Villavicencio, who eventually fled to Spain, returned to Ecuador, against the advice of associates who feared for his life. Past the timeline of the documentary, Villavicencio declared his candidacy for Ecuador’s presidency in May 2023. On Aug. 9, following a campaign rally in Quito, he was assassinated by a gunman.

• “Lakota Nation vs. United States” (2023), in theaters, or rent on Prime Video
Over close to two hours, this entertaining and stylish documentary, directed by Jesse Short Bull and Laura Tomaselli, chronicles the long struggle to gain back Lakota land. Starting with the 1851 and 1868 Fort Laramie Treaties between the U.S. government and the Great Sioux Nation (along with the Arapaho and Cheyenne), the film looks at the perfidious conduct by the U.S. in unilaterally abrogating the terms of the 1868 treaty following the discovery of gold in the Black Hills.

“Lakota Nation,” which covers a lot of ground – from the protracted legal fight over the Black Hills to Indian boarding schools and the contemporary #LandBack movement – employs clips from cartoons and Hollywood films depicting Indians in stunningly crude, stereotypical and negative images. Layli Long Soldier, one of the film’s writers, reads from her works, including passages about the U.S. Dakota War of 1862 and its tragic aftermath, including the mass hanging of 38 Dakota warriors in Mankato, Minnesota. Her contributions to the film are poetic and moving.

Interviews with activists including Nick Tilsen, Phyllis Young, Krystal Two Bulls and Candi Brings Plenty give viewers a sense of the future for citizens of the Oceti Sakowin (Seven Council Fires, or the Sioux Nation). The activists continue to convey the message that He Sapa, the Black Hills, are not for sale.

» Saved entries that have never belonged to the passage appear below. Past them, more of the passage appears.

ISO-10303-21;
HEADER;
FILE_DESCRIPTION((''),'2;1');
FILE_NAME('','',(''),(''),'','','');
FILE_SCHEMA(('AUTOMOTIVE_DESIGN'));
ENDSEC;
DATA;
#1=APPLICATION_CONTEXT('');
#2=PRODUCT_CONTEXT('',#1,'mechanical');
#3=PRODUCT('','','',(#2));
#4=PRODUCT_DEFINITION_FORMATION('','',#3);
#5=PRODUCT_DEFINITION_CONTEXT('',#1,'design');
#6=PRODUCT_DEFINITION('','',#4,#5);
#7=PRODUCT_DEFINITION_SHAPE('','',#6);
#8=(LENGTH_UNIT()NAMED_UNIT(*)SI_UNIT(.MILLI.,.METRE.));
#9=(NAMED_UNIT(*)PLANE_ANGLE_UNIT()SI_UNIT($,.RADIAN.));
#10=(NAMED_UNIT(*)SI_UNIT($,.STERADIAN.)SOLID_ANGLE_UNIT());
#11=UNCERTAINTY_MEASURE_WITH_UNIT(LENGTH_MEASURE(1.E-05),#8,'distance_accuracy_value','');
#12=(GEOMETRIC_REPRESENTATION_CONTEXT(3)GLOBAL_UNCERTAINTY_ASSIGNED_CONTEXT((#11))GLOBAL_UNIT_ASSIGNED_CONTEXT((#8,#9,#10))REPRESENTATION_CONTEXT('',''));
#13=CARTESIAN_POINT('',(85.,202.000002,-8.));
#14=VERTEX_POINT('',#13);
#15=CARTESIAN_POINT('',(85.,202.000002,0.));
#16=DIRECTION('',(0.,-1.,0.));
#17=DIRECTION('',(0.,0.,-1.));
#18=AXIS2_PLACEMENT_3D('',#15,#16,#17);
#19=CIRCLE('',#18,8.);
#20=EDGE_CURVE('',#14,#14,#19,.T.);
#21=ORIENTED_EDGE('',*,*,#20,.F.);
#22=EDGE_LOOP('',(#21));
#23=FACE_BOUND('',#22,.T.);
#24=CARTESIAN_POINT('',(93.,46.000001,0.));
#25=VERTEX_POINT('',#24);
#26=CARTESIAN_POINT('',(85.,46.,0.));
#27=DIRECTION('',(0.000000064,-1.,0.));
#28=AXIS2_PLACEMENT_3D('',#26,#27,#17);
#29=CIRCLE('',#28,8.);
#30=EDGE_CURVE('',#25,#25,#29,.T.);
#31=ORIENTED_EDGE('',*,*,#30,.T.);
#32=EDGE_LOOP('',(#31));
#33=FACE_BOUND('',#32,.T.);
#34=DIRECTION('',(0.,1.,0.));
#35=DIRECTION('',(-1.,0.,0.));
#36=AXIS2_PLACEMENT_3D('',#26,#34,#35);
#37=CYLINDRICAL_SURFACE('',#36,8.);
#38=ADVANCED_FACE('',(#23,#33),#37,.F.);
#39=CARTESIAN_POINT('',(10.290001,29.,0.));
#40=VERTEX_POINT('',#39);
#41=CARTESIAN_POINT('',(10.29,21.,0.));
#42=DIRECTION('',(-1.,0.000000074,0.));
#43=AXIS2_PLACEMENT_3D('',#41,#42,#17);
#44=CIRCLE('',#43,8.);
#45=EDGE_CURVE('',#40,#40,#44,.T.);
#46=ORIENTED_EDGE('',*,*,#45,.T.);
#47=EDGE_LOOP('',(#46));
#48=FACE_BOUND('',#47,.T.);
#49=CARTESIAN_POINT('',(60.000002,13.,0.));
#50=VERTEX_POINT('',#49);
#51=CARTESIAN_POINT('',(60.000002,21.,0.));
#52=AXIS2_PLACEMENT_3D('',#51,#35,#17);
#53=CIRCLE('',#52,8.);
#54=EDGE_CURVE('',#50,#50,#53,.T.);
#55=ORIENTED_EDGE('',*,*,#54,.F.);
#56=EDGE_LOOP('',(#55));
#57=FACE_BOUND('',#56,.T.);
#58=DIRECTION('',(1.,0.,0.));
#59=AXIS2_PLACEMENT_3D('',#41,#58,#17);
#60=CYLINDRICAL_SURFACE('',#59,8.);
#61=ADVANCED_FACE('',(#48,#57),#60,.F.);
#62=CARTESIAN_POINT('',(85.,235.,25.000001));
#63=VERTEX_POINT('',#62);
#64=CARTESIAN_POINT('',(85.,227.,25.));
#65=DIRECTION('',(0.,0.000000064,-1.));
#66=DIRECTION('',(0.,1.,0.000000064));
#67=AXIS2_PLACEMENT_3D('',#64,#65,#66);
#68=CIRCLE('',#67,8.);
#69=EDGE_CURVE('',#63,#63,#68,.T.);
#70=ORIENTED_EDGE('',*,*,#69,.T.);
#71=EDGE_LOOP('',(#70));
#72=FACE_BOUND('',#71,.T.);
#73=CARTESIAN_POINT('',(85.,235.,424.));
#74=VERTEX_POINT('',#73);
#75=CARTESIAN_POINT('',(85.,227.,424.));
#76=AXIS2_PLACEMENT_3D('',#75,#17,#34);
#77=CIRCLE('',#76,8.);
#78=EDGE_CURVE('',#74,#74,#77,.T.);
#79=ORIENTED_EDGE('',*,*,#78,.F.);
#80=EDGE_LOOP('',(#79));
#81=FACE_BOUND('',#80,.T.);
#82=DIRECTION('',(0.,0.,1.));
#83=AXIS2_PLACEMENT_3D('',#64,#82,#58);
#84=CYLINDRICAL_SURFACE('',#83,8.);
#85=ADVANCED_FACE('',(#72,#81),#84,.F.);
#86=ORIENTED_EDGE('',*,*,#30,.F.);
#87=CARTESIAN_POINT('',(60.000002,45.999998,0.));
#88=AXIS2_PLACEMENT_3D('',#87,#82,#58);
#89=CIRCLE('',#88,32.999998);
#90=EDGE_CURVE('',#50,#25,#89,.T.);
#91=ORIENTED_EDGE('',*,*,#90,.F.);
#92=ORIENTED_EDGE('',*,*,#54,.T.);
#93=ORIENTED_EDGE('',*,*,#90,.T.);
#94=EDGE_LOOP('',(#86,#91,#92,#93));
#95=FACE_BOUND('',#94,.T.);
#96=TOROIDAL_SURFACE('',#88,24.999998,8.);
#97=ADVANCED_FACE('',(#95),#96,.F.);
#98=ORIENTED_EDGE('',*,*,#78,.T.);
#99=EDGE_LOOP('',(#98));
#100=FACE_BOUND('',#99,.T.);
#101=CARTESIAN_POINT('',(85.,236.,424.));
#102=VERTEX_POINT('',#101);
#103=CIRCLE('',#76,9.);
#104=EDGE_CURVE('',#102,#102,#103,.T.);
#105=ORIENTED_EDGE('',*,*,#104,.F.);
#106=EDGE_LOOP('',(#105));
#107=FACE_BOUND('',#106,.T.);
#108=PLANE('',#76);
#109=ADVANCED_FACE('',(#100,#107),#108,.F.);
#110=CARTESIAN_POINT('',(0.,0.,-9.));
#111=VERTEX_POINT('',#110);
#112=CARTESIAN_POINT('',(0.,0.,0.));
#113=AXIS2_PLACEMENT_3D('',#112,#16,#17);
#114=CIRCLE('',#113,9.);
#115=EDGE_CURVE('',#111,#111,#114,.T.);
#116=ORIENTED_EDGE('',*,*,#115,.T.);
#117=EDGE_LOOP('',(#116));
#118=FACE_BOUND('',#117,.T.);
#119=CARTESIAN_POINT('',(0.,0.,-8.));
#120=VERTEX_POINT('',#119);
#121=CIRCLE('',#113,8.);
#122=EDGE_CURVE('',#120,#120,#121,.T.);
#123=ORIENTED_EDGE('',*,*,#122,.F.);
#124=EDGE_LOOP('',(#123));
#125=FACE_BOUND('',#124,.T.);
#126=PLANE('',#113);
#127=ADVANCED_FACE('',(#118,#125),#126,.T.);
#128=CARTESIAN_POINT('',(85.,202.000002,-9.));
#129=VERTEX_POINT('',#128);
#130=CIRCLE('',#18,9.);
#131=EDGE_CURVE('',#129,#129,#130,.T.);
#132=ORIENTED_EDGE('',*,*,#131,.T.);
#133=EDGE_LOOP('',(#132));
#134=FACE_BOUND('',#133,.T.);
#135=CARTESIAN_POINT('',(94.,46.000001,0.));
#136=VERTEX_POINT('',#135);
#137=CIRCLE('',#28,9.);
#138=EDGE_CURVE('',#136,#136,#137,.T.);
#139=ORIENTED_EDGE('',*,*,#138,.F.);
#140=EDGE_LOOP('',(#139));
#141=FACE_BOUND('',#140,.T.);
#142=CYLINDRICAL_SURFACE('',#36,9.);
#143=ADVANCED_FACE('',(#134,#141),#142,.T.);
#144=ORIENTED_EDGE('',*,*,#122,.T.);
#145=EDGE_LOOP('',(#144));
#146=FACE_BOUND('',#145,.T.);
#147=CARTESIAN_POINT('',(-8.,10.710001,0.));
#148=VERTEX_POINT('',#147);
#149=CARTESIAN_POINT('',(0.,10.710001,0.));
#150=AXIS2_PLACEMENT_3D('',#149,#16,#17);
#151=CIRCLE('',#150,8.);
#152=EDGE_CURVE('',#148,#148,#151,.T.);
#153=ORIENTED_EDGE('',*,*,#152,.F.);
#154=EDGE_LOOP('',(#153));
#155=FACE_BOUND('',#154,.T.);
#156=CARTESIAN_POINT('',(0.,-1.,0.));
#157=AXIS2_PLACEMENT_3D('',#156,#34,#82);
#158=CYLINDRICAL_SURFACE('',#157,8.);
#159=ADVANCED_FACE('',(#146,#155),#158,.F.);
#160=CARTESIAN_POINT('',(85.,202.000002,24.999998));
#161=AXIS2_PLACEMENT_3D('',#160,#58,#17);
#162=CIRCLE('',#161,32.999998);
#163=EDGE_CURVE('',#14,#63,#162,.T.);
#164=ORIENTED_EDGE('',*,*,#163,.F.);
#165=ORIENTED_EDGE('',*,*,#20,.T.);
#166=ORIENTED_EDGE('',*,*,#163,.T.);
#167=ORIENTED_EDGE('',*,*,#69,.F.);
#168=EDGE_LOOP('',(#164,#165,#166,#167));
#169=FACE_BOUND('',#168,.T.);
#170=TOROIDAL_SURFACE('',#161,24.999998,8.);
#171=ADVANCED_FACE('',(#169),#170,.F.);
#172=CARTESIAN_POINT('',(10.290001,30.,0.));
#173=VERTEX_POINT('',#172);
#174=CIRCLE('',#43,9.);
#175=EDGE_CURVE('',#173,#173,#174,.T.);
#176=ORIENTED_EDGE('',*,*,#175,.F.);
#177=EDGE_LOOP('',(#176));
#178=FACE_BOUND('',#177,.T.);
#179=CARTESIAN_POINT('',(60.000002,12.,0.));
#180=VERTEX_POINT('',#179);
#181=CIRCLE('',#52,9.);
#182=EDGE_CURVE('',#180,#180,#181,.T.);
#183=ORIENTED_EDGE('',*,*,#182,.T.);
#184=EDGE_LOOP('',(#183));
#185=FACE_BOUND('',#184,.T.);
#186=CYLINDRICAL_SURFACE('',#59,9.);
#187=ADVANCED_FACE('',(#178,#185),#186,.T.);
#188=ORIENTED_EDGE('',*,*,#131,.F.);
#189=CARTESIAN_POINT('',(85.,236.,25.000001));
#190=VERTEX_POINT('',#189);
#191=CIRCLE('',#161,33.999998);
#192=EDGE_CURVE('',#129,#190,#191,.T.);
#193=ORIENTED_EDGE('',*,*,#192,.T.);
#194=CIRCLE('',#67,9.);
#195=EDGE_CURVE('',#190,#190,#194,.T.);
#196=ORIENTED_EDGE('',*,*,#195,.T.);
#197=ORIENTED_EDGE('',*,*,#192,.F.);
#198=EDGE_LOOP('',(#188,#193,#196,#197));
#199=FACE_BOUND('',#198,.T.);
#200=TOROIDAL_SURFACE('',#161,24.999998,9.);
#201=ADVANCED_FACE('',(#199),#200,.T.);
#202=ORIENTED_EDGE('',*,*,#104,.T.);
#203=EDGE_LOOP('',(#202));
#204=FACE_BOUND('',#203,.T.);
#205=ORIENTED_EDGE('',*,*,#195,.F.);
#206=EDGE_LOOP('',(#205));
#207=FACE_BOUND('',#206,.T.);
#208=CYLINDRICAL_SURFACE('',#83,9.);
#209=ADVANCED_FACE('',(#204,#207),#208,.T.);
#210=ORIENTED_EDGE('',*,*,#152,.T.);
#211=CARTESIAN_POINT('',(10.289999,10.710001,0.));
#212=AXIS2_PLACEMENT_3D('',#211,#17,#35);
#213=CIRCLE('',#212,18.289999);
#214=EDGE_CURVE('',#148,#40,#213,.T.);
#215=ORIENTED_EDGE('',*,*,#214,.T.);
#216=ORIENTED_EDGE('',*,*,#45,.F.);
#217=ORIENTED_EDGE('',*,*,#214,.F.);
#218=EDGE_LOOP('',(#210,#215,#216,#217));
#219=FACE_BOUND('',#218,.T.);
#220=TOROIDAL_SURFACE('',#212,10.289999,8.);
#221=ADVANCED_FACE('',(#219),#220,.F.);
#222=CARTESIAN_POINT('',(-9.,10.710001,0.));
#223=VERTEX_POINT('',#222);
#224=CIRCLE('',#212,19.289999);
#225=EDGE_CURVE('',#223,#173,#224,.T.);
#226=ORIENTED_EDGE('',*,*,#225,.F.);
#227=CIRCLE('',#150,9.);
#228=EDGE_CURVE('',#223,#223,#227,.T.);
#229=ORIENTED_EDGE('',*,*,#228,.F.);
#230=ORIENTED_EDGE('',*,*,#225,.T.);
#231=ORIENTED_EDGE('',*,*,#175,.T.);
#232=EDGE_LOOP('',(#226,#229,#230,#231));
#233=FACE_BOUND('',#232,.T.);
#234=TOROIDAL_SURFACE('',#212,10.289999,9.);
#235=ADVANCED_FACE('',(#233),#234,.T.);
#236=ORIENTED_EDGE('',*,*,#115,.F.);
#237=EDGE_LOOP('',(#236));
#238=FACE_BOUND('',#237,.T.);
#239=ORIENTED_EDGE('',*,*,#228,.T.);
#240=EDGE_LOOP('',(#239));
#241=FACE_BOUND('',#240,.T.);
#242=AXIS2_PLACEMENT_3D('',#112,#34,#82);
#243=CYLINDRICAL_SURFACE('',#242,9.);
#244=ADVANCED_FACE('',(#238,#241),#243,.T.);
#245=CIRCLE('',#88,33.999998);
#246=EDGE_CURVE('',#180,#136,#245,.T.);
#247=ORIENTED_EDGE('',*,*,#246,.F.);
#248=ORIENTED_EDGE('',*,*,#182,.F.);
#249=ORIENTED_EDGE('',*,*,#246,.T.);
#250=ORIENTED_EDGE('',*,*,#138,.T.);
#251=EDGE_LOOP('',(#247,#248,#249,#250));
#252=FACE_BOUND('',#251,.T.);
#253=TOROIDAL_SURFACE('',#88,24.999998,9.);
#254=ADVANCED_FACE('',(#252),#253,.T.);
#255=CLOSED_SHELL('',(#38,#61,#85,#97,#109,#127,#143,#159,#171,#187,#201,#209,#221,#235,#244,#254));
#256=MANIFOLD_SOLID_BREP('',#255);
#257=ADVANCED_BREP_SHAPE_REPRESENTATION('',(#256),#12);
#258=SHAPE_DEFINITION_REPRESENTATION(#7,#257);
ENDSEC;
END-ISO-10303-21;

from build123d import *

# Parameters (mm, degrees)
SWEEP1_PROFILE_R                           = 9
HOLLOW_TUBE_OD_AND_WALL_PROVISIONAL_PROF_R = 8


with BuildPart() as part:
    # Sweep1: sweep along a curve in space
    with BuildLine() as sweep1_path:
        Line((0, 0, 0), (0, 10.710000757, 0))
        ThreePointArc((0, 10.710000757, 0), (3.013871267, 17.986129267, 0), (10.29, 21, 0))
        Line((10.29, 21, 0), (60.000001606, 21, 0))
        ThreePointArc((60.000001606, 21, 0), (77.677670568, 28.322330568, 0), (85, 46, 0))
        Line((85, 46, 0), (85, 202.000001606, 0))
        ThreePointArc((85, 202.000001606, 0), (85, 219.677670568, 7.322330568), (85, 227, 25))
        Line((85, 227, 25), (85, 227, 424))
    # Sweep1 profile (on start of the path) → Sweep1 (sweep)
    with BuildSketch(Plane.ZX):
        Circle(SWEEP1_PROFILE_R)
    sweep(path=sweep1_path.line)

    # Hollow_tube_OD_and_wall_PROVISIONAL: sweep along a curve in space
    with BuildLine() as hollow_tube_od_and_wall_provisional_path:
        Line((0, 0, 0), (0, 10.710000757, 0))
        ThreePointArc((0, 10.710000757, 0), (3.013871267, 17.986129267, 0), (10.29, 21, 0))
        Line((10.29, 21, 0), (60.000001606, 21, 0))
        ThreePointArc((60.000001606, 21, 0), (77.677670568, 28.322330568, 0), (85, 46, 0))
        Line((85, 46, 0), (85, 202.000001606, 0))
        ThreePointArc((85, 202.000001606, 0), (85, 219.677670568, 7.322330568), (85, 227, 25))
        Line((85, 227, 25), (85, 227, 424))
    # Hollow_tube_OD_and_wall_PROVISIONAL prof (on start of the path) → Hollow_tube_OD_and_wall_PROVISIONAL (sweep, cut)
    with BuildSketch(Plane.ZX):
        Circle(HOLLOW_TUBE_OD_AND_WALL_PROVISIONAL_PROF_R)
    sweep(path=hollow_tube_od_and_wall_provisional_path.line, mode=Mode.SUBTRACT)


solid = part.part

• “Oyate” (2022), streaming on Prime Video, or rent on YouTube
This 91-minute documentary, directed by Emil Benjamin and Brandon Jackson, looks at the aftermath of the 2016-17 resistance to the Dakota Access Pipeline at Standing Rock. The story of the movement to stop the Black Snake – the pipeline from the Bakken oil patch in North Dakota to a terminal in Patoka, Illinois – is told by those involved in the epochal struggle, including Chase Iron Eyes, Phyllis Young, Tokata Iron Eyes and current Department of the Interior Secretary Deb Haaland.

Energy Transfer Partners, the corporation behind the oil pipeline, employed private security firms that conducted surveillance on the activists and, along with law enforcement personnel from around the Midwest (including the Hennepin County Sheriff’s Office), used water hoses, rubber bullets and tear gas against the Water Protectors.

In 2017, The Intercept (theintercept.com) published reports on the nefarious activities of TigerSwan, the security firm employed by Energy Transfer, to disrupt the movement of Water Protectors, which was originated and led by women and Native youth.

The Intercept found that TigerSwan, over a span of nine months, conducted “surveillance of activists through aerial technology, social media monitoring, and direct infiltration, as well as attempts to shift public opinion through a counterinformation campaign. The company, made up largely of special operations military veterans, was formed during the war in Iraq and incorporated its counterinsurgency tactics into its effort to suppress an indigenous-led movement centered around protection of water.”

The #NoDAPL movement inspired Indian Country’s resistance to colonial exploitation of energy resources. However, the threats continue, from Ecuador to the Arrowhead region of Minnesota, as corporations probe for situations where they can exploit craven elected leaders and weak regulatory structures.